Horizon's Ghost

by hes_per_ides



Series: Indrani Shepard [2]
Category: Mass Effect Trilogy
Genre: Emotional Hurt/Comfort, F/M, Friendship, mostly written to get one joke out of my system
Language: English
Status: Completed
Published: 2019-10-12
Updated: 2019-10-12
Packaged: 2020-12-09 18:14:59
Rating: Teen And Up Audiences
Warnings: No Archive Warnings Apply
Chapters: 1
Words: 2,235
Publisher: archiveofourown.org
Story URL: https://archiveofourown.org/works/20999177
Author URL: https://archiveofourown.org/users/hes_per_ides/pseuds/hes_per_ides
Summary: (ME2, right after Priority: Horizon)Shepard didn’t deal well with failure. Turned out she wasn’t great with disappointment either. After getting her heart bruised on Horizon, Rani Shepard talks with Garrus about all she'd hoped that meeting could have been and how much she misses her old crew.





	Horizon's Ghost

Horizon had been a nightmare. 

Oh, Mordin’s upgrades had protected them from the swarm, just as he’d said they would. They’d taken down everything the Collectors could throw at them and driven them away with their harvest incomplete. But ultimately they’d been too late for most of the colony, and that counted as mission failure in Shepard’s eyes. 

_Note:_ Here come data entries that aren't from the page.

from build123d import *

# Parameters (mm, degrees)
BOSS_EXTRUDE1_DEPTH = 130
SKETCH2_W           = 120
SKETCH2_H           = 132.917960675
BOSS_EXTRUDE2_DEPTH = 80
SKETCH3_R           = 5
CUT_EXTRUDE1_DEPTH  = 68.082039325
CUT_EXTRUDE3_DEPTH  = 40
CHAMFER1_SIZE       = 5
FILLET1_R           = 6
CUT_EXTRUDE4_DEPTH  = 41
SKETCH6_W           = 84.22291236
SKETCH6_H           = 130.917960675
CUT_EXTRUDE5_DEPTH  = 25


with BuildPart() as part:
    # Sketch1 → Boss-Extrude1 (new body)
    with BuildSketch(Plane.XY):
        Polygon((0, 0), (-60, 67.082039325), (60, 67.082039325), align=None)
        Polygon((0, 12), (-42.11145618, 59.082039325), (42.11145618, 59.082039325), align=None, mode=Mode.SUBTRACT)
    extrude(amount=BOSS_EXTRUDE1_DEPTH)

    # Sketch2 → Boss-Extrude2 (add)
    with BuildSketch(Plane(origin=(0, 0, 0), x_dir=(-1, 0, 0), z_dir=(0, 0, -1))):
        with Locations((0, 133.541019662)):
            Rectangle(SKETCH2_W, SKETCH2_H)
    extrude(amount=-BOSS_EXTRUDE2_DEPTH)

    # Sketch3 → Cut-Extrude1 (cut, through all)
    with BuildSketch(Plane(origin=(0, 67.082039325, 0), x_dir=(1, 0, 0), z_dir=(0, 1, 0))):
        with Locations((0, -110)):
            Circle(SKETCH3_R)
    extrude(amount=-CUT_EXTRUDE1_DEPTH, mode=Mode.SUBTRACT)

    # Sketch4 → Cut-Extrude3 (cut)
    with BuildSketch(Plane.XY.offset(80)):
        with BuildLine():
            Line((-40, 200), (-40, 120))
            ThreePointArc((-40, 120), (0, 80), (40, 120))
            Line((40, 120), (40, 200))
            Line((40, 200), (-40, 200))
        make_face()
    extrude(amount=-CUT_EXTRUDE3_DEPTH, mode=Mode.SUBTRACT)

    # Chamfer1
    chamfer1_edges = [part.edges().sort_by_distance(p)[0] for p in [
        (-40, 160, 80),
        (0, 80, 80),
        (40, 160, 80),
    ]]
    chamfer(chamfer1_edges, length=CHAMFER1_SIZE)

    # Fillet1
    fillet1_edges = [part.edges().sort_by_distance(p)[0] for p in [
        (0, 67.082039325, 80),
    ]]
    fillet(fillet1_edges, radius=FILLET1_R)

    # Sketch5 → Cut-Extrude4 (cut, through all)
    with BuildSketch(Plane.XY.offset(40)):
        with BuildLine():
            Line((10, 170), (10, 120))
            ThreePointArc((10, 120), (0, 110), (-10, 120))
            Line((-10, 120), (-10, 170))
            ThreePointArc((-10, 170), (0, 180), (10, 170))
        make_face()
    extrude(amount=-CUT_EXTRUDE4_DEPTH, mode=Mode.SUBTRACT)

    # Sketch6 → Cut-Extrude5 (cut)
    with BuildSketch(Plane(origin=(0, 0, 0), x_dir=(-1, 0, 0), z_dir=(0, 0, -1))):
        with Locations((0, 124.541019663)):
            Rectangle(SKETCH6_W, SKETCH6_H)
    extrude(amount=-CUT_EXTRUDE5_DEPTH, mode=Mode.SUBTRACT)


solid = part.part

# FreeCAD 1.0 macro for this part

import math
import FreeCAD as App
import Part
import Sketcher

V = App.Vector
Q = App.Units.Quantity


def edges_at(feature, points):
    """Names of the edges that pass closest to the given points."""
    edges = feature.Shape.Edges
    near = lambda p: min(range(len(edges)), key=lambda i: edges[i].distToShape(Part.Vertex(*p))[0])
    return sorted({f"Edge{near(p) + 1}" for p in points})

doc = App.newDocument("Part")
body = doc.addObject("PartDesign::Body", "Body")

sketch1 = body.newObject("Sketcher::SketchObject", "Sketch")
sketch1.AttachmentSupport = (doc.getObject("XY_Plane"), [""])
sketch1.MapMode = "FlatFace"
sketch1.addGeometry(Part.LineSegment(V(-60, 67, 0), V(0, 0, 0)), False)
sketch1.addGeometry(Part.LineSegment(V(0, 0, 0), V(60, 67, 0)), False)
sketch1.addGeometry(Part.LineSegment(V(60, 67, 0), V(-60, 67, 0)), False)
sketch1.addGeometry(Part.LineSegment(V(0, 12, 0), V(-42, 59, 0)), False)
sketch1.addGeometry(Part.LineSegment(V(-42, 59, 0), V(42, 59, 0)), False)
sketch1.addGeometry(Part.LineSegment(V(42, 59, 0), V(0, 12, 0)), False)
sketch1.addConstraint(Sketcher.Constraint("Coincident", 0, 2, 1, 1))
sketch1.addConstraint(Sketcher.Constraint("Coincident", 1, 2, 2, 1))
sketch1.addConstraint(Sketcher.Constraint("Coincident", 2, 2, 0, 1))
sketch1.addConstraint(Sketcher.Constraint("Coincident", 3, 2, 4, 1))
sketch1.addConstraint(Sketcher.Constraint("Coincident", 4, 2, 5, 1))
sketch1.addConstraint(Sketcher.Constraint("Coincident", 5, 2, 3, 1))
sketch1.addConstraint(Sketcher.Constraint("Horizontal", 2))
sketch1.addConstraint(Sketcher.Constraint("Horizontal", 4))
sketch1.addConstraint(Sketcher.Constraint("Coincident", 0, 2, -1, 1))
sketch1.addConstraint(Sketcher.Constraint("PointOnObject", 5, 2, -2))
sketch1.addConstraint(Sketcher.Constraint("Parallel", 0, 3))
sketch1.addConstraint(Sketcher.Constraint("Parallel", 1, 5))
sketch1.addConstraint(Sketcher.Constraint("Equal", 0, 1))
sketch1.addConstraint(Sketcher.Constraint("DistanceX", 2, 2, 2, 1, Q("120 mm")))
sketch1.addConstraint(Sketcher.Constraint("Distance", 0, Q("90 mm")))
sketch1.addConstraint(Sketcher.Constraint("DistanceY", -1, 1, 5, 2, Q("12 mm")))
sketch1.addConstraint(Sketcher.Constraint("DistanceY", 3, 2, 2, 2, Q("8 mm")))
pad1 = body.newObject("PartDesign::Pad", "Pad")
pad1.Profile = sketch1
pad1.Length = 130

sketch2 = body.newObject("Sketcher::SketchObject", "Sketch001")
sketch2.AttachmentSupport = (doc.getObject("XY_Plane"), [""])
sketch2.MapMode = "FlatFace"
sketch2.addGeometry(Part.LineSegment(V(60, 200, 0), V(60, 67, 0)), False)
sketch2.addGeometry(Part.LineSegment(V(60, 67, 0), V(-60, 67, 0)), False)
sketch2.addGeometry(Part.LineSegment(V(-60, 67, 0), V(-60, 200, 0)), False)
sketch2.addGeometry(Part.LineSegment(V(-60, 200, 0), V(60, 200, 0)), False)
sketch2.addConstraint(Sketcher.Constraint("Coincident", 0, 2, 1, 1))
sketch2.addConstraint(Sketcher.Constraint("Coincident", 1, 2, 2, 1))
sketch2.addConstraint(Sketcher.Constraint("Coincident", 2, 2, 3, 1))
sketch2.addConstraint(Sketcher.Constraint("Coincident", 3, 2, 0, 1))
sketch2.addConstraint(Sketcher.Constraint("Vertical", 0))
sketch2.addConstraint(Sketcher.Constraint("Horizontal", 1))
sketch2.addConstraint(Sketcher.Constraint("Vertical", 2))
sketch2.addConstraint(Sketcher.Constraint("Horizontal", 3))
sketch2.addConstraint(Sketcher.Constraint("DistanceX", 1, 2, 1, 1, Q("120 mm")))
sketch2.addConstraint(Sketcher.Constraint("DistanceX", -1, 1, 0, 2, Q("60 mm")))
sketch2.addConstraint(Sketcher.Constraint("DistanceY", -1, 1, 2, 2, Q("200 mm")))
sketch2.addConstraint(Sketcher.Constraint("DistanceY", 0, 2, 0, 1, Q("132.917961 mm")))
pad2 = body.newObject("PartDesign::Pad", "Pad001")
pad2.Profile = sketch2
pad2.Length = 80

sketch3 = body.newObject("Sketcher::SketchObject", "Sketch002")
sketch3.AttachmentSupport = (doc.getObject("XZ_Plane"), [""])
sketch3.MapMode = "FlatFace"
sketch3.AttachmentOffset = App.Placement(V(0, 0, -67.082039), App.Rotation())
sketch3.addGeometry(Part.Circle(V(0, 110, 0), V(0, 0, 1), 5), False)
sketch3.addConstraint(Sketcher.Constraint("PointOnObject", 0, 3, -2))
sketch3.addConstraint(Sketcher.Constraint("Diameter", 0, Q("10 mm")))
sketch3.addConstraint(Sketcher.Constraint("DistanceY", -1, 1, 0, 3, Q("110 mm")))
pocket1 = body.newObject("PartDesign::Pocket", "Pocket")
pocket1.Profile = sketch3
pocket1.Type = "ThroughAll"
pocket1.Reversed = True

sketch4 = body.newObject("Sketcher::SketchObject", "Sketch003")
sketch4.AttachmentSupport = (doc.getObject("XY_Plane"), [""])
sketch4.MapMode = "FlatFace"
sketch4.AttachmentOffset = App.Placement(V(0, 0, 80), App.Rotation())
sketch4.addGeometry(Part.LineSegment(V(-40, 200, 0), V(-40, 120, 0)), False)
sketch4.addGeometry(Part.ArcOfCircle(Part.Circle(V(0, 120, 0), V(0, 0, 1), 40), math.radians(180), math.radians(360)), False)
sketch4.addGeometry(Part.LineSegment(V(40, 120, 0), V(40, 200, 0)), False)
sketch4.addGeometry(Part.LineSegment(V(40, 200, 0), V(-40, 200, 0)), False)
sketch4.addConstraint(Sketcher.Constraint("Tangent", 0, 2, 1, 1))
sketch4.addConstraint(Sketcher.Constraint("Tangent", 1, 2, 2, 1))
sketch4.addConstraint(Sketcher.Constraint("Coincident", 2, 2, 3, 1))
sketch4.addConstraint(Sketcher.Constraint("Coincident", 3, 2, 0, 1))
sketch4.addConstraint(Sketcher.Constraint("Vertical", 0))
sketch4.addConstraint(Sketcher.Constraint("Vertical", 2))
sketch4.addConstraint(Sketcher.Constraint("Horizontal", 3))
sketch4.addConstraint(Sketcher.Constraint("PointOnObject", 1, 3, -2))
sketch4.addConstraint(Sketcher.Constraint("Equal", 3, 0))
sketch4.addConstraint(Sketcher.Constraint("Radius", 1, Q("40 mm")))
sketch4.addConstraint(Sketcher.Constraint("DistanceY", -1, 1, 1, 3, Q("120 mm")))
pocket2 = body.newObject("PartDesign::Pocket", "Pocket001")
pocket2.Profile = sketch4
pocket2.Length = 40
doc.recompute()

chamfer = body.newObject("PartDesign::Chamfer", "Chamfer")
chamfer.Base = (pocket2, edges_at(pocket2, [(-40, 160, 80), (0, 80, 80), (40, 160, 80)]))
chamfer.Size = 5
doc.recompute()

fillet = body.newObject("PartDesign::Fillet", "Fillet")
fillet.Base = (chamfer, edges_at(chamfer, [(0, 67.082, 80)]))
fillet.Radius = 6

sketch5 = body.newObject("Sketcher::SketchObject", "Sketch004")
sketch5.AttachmentSupport = (doc.getObject("XY_Plane"), [""])
sketch5.MapMode = "FlatFace"
sketch5.AttachmentOffset = App.Placement(V(0, 0, 40), App.Rotation())
sketch5.addGeometry(Part.LineSegment(V(10, 120, 0), V(10, 170, 0)), False)
sketch5.addGeometry(Part.ArcOfCircle(Part.Circle(V(0, 170, 0), V(0, 0, 1), 10), math.radians(0), math.radians(180)), False)
sketch5.addGeometry(Part.LineSegment(V(-10, 170, 0), V(-10, 120, 0)), False)
sketch5.addGeometry(Part.ArcOfCircle(Part.Circle(V(0, 120, 0), V(0, 0, 1), 10), math.radians(180), math.radians(360)), False)
sketch5.addConstraint(Sketcher.Constraint("Tangent", 0, 2, 1, 1))
sketch5.addConstraint(Sketcher.Constraint("Tangent", 1, 2, 2, 1))
sketch5.addConstraint(Sketcher.Constraint("Tangent", 2, 2, 3, 1))
sketch5.addConstraint(Sketcher.Constraint("Tangent", 3, 2, 0, 1))
sketch5.addConstraint(Sketcher.Constraint("Vertical", 0))
sketch5.addConstraint(Sketcher.Constraint("Vertical", 2))
sketch5.addConstraint(Sketcher.Constraint("PointOnObject", 1, 3, -2))
sketch5.addConstraint(Sketcher.Constraint("Radius", 1, Q("10 mm")))
sketch5.addConstraint(Sketcher.Constraint("DistanceY", 0, 1, 0, 2, Q("50 mm")))
sketch5.addConstraint(Sketcher.Constraint("DistanceY", -1, 1, 1, 3, Q("170 mm")))
pocket3 = body.newObject("PartDesign::Pocket", "Pocket002")
pocket3.Profile = sketch5
pocket3.Type = "ThroughAll"

sketch6 = body.newObject("Sketcher::SketchObject", "Sketch005")
sketch6.AttachmentSupport = (doc.getObject("XY_Plane"), [""])
sketch6.MapMode = "FlatFace"
sketch6.addGeometry(Part.LineSegment(V(42, 190, 0), V(42, 59, 0)), False)
sketch6.addGeometry(Part.LineSegment(V(42, 59, 0), V(-42, 59, 0)), False)
sketch6.addGeometry(Part.LineSegment(V(-42, 59, 0), V(-42, 190, 0)), False)
sketch6.addGeometry(Part.LineSegment(V(-42, 190, 0), V(42, 190, 0)), False)
sketch6.addConstraint(Sketcher.Constraint("Coincident", 0, 2, 1, 1))
sketch6.addConstraint(Sketcher.Constraint("Coincident", 1, 2, 2, 1))
sketch6.addConstraint(Sketcher.Constraint("Coincident", 2, 2, 3, 1))
sketch6.addConstraint(Sketcher.Constraint("Coincident", 3, 2, 0, 1))
sketch6.addConstraint(Sketcher.Constraint("Vertical", 0))
sketch6.addConstraint(Sketcher.Constraint("Horizontal", 1))
sketch6.addConstraint(Sketcher.Constraint("Vertical", 2))
sketch6.addConstraint(Sketcher.Constraint("Horizontal", 3))
sketch6.addConstraint(Sketcher.Constraint("DistanceY", -1, 1, 2, 2, Q("190 mm")))
sketch6.addConstraint(Sketcher.Constraint("DistanceY", 0, 2, 0, 1, Q("130.917961 mm")))
sketch6.addConstraint(Sketcher.Constraint("DistanceX", 1, 2, 1, 1, Q("84.222912 mm")))
sketch6.addConstraint(Sketcher.Constraint("DistanceX", -1, 1, 0, 2, Q("42.111456 mm")))
pocket4 = body.newObject("PartDesign::Pocket", "Pocket003")
pocket4.Profile = sketch6
pocket4.Length = 25
pocket4.Reversed = True

doc.recompute()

Shepard did not deal well with failure.

And then there was seeing Kaidan again… nothing could have prepared her for that. He’d always been in a corner of her mind, ever since she awoke. She’d quietly imagined countless scenes of their reunion: Part of her kept an eye out for him every time they went to the Citadel, hoping happenstance would see them brought together. They’d laugh, they’d kiss, they’d cry, and they'd pick up right where they'd left off, as if it had been nothing but a few weeks apart. It was soppy and ridiculous, and all that was missing was the swelling soundtrack.

None of her idle imaginings had included the sweat, the blood, the stink of eezo, or the look of confusion that had turned to utter wounded betrayal when they finally stood face-to-face. She hadn’t imagined the clipped accusative tone of his voice, the hardness in what had always been such soft warm eyes. She hadn’t imagined how much it would hurt. They couldn’t have left the colony quickly enough after that and she’d refused to meet anyone’s eyes in the shuttle, lest they see how hard she was struggling to build a dam against her welling emotions.

Turned out Shepard didn’t deal particularly well with disappointment either. 

She’d been fending off call-me-Kelly ever since they’d returned to the ship. No, she didn’t want to talk about the mission; no, not about seeing Kaidan either; no,_ definitely_ not about her attitude to failure; _NO_. She did not want the interfering naive busybody taking notes and reporting back any more than she already did. What she wanted was to take a hot shower, cry for about an hour, eat dinner, go to bed, and maybe cry some more. Maybe hit something, should a target present itself.

She’d managed step one of that plan. Hot water had washed away the dirt and sweat of the mission and eased her tense muscles, but not her mood. She’d dried off and wrapped up in her dressing gown–warm and soft and totally devoid of Cerberus emblems, courtesy of their last trip to the Citadel–and was squeezing the moisture out of her hair when someone tapped at the door.

“I told you it’s none of your fucking business, Chambers!” Rani snapped.

“Shepard, it’s me.” Garrus’s drawl was unmistakable even through the bulkhead. She paused in towelling her hair for a moment but then went on with renewed intensity, resolutely ignoring him.

A minute later: “Still here, Shepard.”

Rani let out an exasperated sigh. She went to the door and glared at the interface for a moment, then opened it to transfer the glare to the persistent turian on the other side.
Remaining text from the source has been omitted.